To help unlock this speed, the Department of Energy recently started
the Scientific Discovery through Advanced Computing (SciDAC)
Program to help create a new generation of scientific simulation codes. The codes will
take full advantage of extraordinary terascale computer resources that can perform
trillions of calculations per second and handle trillions of bytes of data to address
complex scientific problems. These codes for massively parallel supercomputers will be
used to address increasingly complex problems in climate modeling, fusion energy
sciences, chemical sciences, nuclear astrophysics, high-energy physics, and
high-performance computing. ORNL is involved in several SciDAC projects aimed at
developing supercomputer tools for scientists.
The performance evaluation project focuses on finding the best ways to execute a specific
application on a given platform (see Evaluating Supercomputer Performance). The tools
from this effort will answer three fundamental questions: What are the limits of
performance for a given supercomputer? How can we accelerate applications toward
these limits? How can this information drive the design of future applications and
high-performance computing systems? ORNL has a long history of evaluating early
prototype systems from supercomputer vendors. The most recent ORNL acquisition is an
IBM Power4 system that arrived so new it didn't even have an IBM product name. ORNL
has already determined how this system will perform on a variety of scientific
applications.
A growing trend among scientists is to buy a bunch of personal computers (PCs) and
"cluster" them together to run their applications. But just as the right key is needed to run
the fast car, cluster computing software is required to make the PCs work as one
computer. The Scalable Systems Software Center (see ORNL Leads Effort to Improve
Supercomputer Centers) leverages a lot of the work that ORNL has done in cluster
computing. For instance, ORNL initiated and leads the Open Source Cluster Application
Resources (OSCAR) project. "The interest in this software has been phenomenal," says
CSMD's Stephen Scott, who leads the project. "In the first two months after the OSCAR
toolset was released, more than 12,000 people downloaded it!"

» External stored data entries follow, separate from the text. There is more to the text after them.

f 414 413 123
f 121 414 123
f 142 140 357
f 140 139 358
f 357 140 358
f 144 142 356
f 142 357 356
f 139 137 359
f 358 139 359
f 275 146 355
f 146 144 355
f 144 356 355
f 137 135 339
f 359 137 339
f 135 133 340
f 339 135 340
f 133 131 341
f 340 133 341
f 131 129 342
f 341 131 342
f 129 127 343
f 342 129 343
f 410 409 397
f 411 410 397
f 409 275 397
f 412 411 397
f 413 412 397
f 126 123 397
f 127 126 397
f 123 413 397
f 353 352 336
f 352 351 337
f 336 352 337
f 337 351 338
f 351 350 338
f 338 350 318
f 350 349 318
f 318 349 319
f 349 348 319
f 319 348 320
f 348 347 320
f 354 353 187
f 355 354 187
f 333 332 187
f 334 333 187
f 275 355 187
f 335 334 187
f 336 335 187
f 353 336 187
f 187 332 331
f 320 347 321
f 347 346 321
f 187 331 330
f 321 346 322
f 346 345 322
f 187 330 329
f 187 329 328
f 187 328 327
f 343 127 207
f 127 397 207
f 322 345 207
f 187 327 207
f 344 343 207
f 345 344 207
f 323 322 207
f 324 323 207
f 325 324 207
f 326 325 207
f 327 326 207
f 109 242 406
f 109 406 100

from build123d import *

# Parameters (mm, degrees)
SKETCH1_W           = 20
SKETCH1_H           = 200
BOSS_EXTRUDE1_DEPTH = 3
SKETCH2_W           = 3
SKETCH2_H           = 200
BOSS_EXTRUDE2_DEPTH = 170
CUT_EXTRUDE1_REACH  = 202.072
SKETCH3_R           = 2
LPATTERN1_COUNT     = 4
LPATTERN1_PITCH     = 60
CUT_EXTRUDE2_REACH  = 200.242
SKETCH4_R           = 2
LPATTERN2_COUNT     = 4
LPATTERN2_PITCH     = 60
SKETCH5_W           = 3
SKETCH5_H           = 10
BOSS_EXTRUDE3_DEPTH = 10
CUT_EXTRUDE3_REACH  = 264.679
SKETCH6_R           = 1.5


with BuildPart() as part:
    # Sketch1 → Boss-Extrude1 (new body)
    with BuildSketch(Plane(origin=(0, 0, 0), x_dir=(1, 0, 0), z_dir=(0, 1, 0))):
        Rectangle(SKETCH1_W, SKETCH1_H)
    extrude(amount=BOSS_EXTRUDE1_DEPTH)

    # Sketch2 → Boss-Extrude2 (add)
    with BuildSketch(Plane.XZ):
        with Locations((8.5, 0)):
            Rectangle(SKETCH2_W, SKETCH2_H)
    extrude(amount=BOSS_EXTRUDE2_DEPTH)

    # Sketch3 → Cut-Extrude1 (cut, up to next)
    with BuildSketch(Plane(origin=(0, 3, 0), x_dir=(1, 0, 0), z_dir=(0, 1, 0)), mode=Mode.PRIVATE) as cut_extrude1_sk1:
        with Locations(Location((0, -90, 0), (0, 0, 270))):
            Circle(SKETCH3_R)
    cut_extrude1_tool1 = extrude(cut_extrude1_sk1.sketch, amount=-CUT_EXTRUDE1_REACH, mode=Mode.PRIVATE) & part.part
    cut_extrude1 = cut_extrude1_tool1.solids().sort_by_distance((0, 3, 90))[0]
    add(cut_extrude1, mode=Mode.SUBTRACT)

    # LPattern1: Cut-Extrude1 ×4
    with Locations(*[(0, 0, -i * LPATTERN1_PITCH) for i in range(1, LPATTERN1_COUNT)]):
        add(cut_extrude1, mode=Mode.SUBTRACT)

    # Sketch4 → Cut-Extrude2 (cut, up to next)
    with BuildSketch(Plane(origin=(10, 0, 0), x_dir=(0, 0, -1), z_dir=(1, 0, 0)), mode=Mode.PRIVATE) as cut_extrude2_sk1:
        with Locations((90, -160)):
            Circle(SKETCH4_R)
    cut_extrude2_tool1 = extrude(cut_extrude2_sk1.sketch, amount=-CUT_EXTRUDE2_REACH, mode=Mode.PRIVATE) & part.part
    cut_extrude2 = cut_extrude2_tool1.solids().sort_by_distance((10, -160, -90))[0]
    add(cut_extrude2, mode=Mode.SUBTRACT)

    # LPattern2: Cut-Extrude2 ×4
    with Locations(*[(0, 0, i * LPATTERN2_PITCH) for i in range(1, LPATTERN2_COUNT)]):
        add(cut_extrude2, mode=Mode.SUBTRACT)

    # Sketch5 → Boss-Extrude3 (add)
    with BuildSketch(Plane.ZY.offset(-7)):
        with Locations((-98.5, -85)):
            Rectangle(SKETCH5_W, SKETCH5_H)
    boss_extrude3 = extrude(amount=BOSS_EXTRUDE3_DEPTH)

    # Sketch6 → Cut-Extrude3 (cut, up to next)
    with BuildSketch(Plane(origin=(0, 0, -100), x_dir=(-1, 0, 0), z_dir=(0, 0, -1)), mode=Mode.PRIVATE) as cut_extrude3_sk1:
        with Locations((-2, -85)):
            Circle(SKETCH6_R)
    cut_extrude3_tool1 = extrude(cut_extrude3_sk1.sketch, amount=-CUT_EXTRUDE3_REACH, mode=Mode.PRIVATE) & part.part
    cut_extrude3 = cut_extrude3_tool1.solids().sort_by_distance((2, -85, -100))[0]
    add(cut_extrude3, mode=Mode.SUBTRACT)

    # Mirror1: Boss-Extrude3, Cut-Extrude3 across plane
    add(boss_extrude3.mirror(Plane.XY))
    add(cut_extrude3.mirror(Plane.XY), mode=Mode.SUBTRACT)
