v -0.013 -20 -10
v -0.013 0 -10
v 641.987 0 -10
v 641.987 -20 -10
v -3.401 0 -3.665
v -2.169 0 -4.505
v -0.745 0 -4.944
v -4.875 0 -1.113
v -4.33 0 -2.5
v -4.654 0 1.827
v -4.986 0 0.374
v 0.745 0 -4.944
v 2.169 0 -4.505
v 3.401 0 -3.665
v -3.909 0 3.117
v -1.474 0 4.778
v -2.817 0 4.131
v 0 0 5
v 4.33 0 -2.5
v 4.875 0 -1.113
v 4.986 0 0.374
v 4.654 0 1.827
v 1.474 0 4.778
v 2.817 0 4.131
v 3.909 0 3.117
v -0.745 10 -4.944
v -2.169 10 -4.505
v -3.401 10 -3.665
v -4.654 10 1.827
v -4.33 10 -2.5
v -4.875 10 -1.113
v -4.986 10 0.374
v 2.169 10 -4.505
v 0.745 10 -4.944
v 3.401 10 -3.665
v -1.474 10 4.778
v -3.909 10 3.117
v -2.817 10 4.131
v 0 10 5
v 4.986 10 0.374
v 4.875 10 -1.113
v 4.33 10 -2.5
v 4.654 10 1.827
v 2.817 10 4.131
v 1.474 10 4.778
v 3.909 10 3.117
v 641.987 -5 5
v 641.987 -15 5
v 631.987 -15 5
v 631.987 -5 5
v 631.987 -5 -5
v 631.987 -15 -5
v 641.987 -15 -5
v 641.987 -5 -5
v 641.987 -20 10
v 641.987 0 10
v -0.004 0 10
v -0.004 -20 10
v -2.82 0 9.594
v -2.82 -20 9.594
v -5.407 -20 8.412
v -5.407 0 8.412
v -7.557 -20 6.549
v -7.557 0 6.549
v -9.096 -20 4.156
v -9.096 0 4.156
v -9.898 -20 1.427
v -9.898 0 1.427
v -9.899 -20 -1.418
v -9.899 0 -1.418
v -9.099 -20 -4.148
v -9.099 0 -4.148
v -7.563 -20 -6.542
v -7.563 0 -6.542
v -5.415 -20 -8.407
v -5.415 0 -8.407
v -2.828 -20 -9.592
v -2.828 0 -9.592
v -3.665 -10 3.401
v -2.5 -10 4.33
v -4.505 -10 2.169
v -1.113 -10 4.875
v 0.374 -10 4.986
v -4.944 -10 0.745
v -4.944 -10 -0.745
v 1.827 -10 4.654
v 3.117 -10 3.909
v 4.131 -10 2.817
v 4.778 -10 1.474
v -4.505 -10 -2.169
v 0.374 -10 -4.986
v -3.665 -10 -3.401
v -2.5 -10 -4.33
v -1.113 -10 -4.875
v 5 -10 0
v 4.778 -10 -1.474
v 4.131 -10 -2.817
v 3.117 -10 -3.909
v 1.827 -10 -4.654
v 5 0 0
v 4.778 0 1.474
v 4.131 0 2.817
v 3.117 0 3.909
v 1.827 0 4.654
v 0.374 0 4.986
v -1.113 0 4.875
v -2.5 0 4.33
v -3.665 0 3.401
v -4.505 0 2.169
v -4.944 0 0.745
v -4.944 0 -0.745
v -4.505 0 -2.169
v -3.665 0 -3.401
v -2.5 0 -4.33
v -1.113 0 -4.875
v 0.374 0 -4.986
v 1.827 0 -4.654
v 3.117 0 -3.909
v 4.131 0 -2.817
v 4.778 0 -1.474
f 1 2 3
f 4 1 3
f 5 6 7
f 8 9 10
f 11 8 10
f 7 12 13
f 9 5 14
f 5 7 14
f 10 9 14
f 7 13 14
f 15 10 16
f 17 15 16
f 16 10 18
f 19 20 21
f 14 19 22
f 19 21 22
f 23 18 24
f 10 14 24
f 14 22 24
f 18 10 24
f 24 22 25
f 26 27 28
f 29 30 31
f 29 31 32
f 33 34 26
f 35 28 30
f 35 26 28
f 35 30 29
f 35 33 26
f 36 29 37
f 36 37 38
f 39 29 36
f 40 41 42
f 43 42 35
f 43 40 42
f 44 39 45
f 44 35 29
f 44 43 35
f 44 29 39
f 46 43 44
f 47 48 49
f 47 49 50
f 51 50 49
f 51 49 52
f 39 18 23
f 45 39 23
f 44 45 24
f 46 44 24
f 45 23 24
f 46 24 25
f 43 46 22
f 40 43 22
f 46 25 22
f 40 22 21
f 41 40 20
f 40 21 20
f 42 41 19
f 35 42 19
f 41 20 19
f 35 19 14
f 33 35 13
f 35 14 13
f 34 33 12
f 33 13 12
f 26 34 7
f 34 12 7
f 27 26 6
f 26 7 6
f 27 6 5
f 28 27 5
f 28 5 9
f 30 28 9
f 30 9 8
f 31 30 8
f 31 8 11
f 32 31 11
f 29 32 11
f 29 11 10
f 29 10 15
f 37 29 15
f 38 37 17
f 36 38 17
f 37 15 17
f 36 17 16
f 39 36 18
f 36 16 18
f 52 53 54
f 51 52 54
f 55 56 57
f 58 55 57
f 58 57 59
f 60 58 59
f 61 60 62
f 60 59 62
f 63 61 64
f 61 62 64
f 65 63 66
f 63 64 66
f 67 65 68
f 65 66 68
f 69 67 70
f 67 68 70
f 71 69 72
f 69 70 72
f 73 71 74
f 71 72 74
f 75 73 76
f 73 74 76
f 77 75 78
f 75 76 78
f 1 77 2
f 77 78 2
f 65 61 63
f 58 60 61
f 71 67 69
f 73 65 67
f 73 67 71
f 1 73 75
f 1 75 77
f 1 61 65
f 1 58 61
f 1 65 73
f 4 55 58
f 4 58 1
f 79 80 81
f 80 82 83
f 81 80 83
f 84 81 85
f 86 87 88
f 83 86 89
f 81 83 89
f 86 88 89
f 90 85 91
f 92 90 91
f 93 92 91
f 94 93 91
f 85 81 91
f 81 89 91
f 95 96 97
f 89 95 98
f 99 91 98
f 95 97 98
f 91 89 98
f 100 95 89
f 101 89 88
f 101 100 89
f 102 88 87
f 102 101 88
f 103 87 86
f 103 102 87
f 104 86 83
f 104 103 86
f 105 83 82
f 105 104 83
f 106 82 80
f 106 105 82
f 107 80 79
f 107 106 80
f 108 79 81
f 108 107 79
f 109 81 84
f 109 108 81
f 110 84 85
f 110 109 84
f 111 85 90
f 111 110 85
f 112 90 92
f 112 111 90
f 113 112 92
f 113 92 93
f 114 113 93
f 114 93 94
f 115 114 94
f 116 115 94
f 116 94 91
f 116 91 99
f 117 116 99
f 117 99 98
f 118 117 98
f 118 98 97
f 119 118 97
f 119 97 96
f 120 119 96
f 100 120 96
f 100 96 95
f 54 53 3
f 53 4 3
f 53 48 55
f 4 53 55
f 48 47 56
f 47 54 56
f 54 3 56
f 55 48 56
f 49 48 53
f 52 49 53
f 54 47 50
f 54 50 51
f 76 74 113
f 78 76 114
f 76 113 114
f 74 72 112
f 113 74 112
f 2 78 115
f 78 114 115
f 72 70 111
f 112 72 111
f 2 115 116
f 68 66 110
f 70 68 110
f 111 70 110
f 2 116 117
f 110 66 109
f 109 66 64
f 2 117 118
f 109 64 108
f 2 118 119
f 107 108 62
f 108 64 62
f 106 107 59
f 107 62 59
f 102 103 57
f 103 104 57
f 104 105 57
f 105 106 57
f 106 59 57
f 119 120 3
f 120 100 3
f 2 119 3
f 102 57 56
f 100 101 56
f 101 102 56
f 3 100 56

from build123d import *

# Parameters (mm, degrees)
SKETCH1_R               = 5
BOSS_EXTRUDE1_DEPTH     = 10
BOSS_EXTRUDE2_OUTLINE_R = 5
BOSS_EXTRUDE2_DEPTH     = 20
SKETCH4_W               = 10
SKETCH4_H               = 10
CUT_EXTRUDE1_DEPTH      = 10
SKETCH5_R               = 5
BOSS_EXTRUDE3_DEPTH     = 10


# Read off the part's stored shape, not the designer's step: Boss-Extrude2
with BuildPart() as part:
    # Sketch1 → Boss-Extrude1 (new body)
    with BuildSketch(Plane(origin=(0, 0, 0), x_dir=(1, 0, 0), z_dir=(0, 1, 0))):
        with Locations(Location((0, 0, 0), (0, 0, 270))):
            Circle(SKETCH1_R)
    extrude(amount=BOSS_EXTRUDE1_DEPTH)


with BuildPart() as body_2:
    # Boss-Extrude2 outline → Boss-Extrude2 (new body)
    with BuildSketch(Plane.XZ):
        with BuildLine():
            ThreePointArc((-0.004263044, 10), (-10.000000014, 0.004229813), (-0.012722666, -9.999992815))
            Line((-0.012722666, -9.999992815), (641.987277325, -10))
            Line((641.987277325, -10), (641.987277325, 10))
            Line((641.987277325, 10), (-0.004263044, 10))
        make_face()
        Circle(BOSS_EXTRUDE2_OUTLINE_R, mode=Mode.SUBTRACT)
    extrude(amount=BOSS_EXTRUDE2_DEPTH)

    # Sketch4 → Cut-Extrude1 (cut)
    with BuildSketch(Plane(origin=(641.987277325, 0, 0), x_dir=(0, 0, -1), z_dir=(1, 0, 0))):
        with Locations((0, -10)):
            Rectangle(SKETCH4_W, SKETCH4_H)
    extrude(amount=-CUT_EXTRUDE1_DEPTH, mode=Mode.SUBTRACT)

    # Sketch5 → Boss-Extrude3 (add)
    with BuildSketch(Plane.XZ.offset(20)):
        with Locations(Location((0, 0, 0), (0, 0, 270))):
            Circle(SKETCH5_R)
    extrude(amount=-BOSS_EXTRUDE3_DEPTH)


solid = Compound([part.part, body_2.part])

OSCAR is a snapshot of the best-known methods from
across the nation for building, programming, and using
clusters. It consists of a fully integrated, easy-to-install
software bundle designed for high-performance cluster
computing. Everything needed to install, build, maintain,
and use a modest-sized Linux cluster is included in the
suite, making it unnecessary to download or even install
any individual software packages on a cluster. OSCAR
team members are now busy working on the Scalable
Systems Software project, for which they plan to build
the same kind of easy-to-use tools for supercomputers.
"Sure, computers can run fast and make lots of
calculations, but if you don’t have the tools to analyze the
terabytes of data they produce, you are still going
nowhere," says CSMD's Nagiza Samatova, who is one of
the investigators on the SciDAC Scientific Data
Management project. This project's goal is to optimize
and simplify access to very large, distributed,
heterogeneous datasets and to use data mining to extract
meaningful data from these datasets. Samatova has
developed a new algorithm for analyzing biological data
to determine metabolic pathways that cuts the run time
from 3 days to 2 minutes.
"This innovative algorithm is a perfect example of how computer science and
mathematics expertise can make breakthrough tools available to the scientists,” says
Thomas Zacharia, ORNL's associate laboratory director for Computing and
Computational Sciences. "It is one of the things that makes ORNL's Center for
Computational Sciences so successful."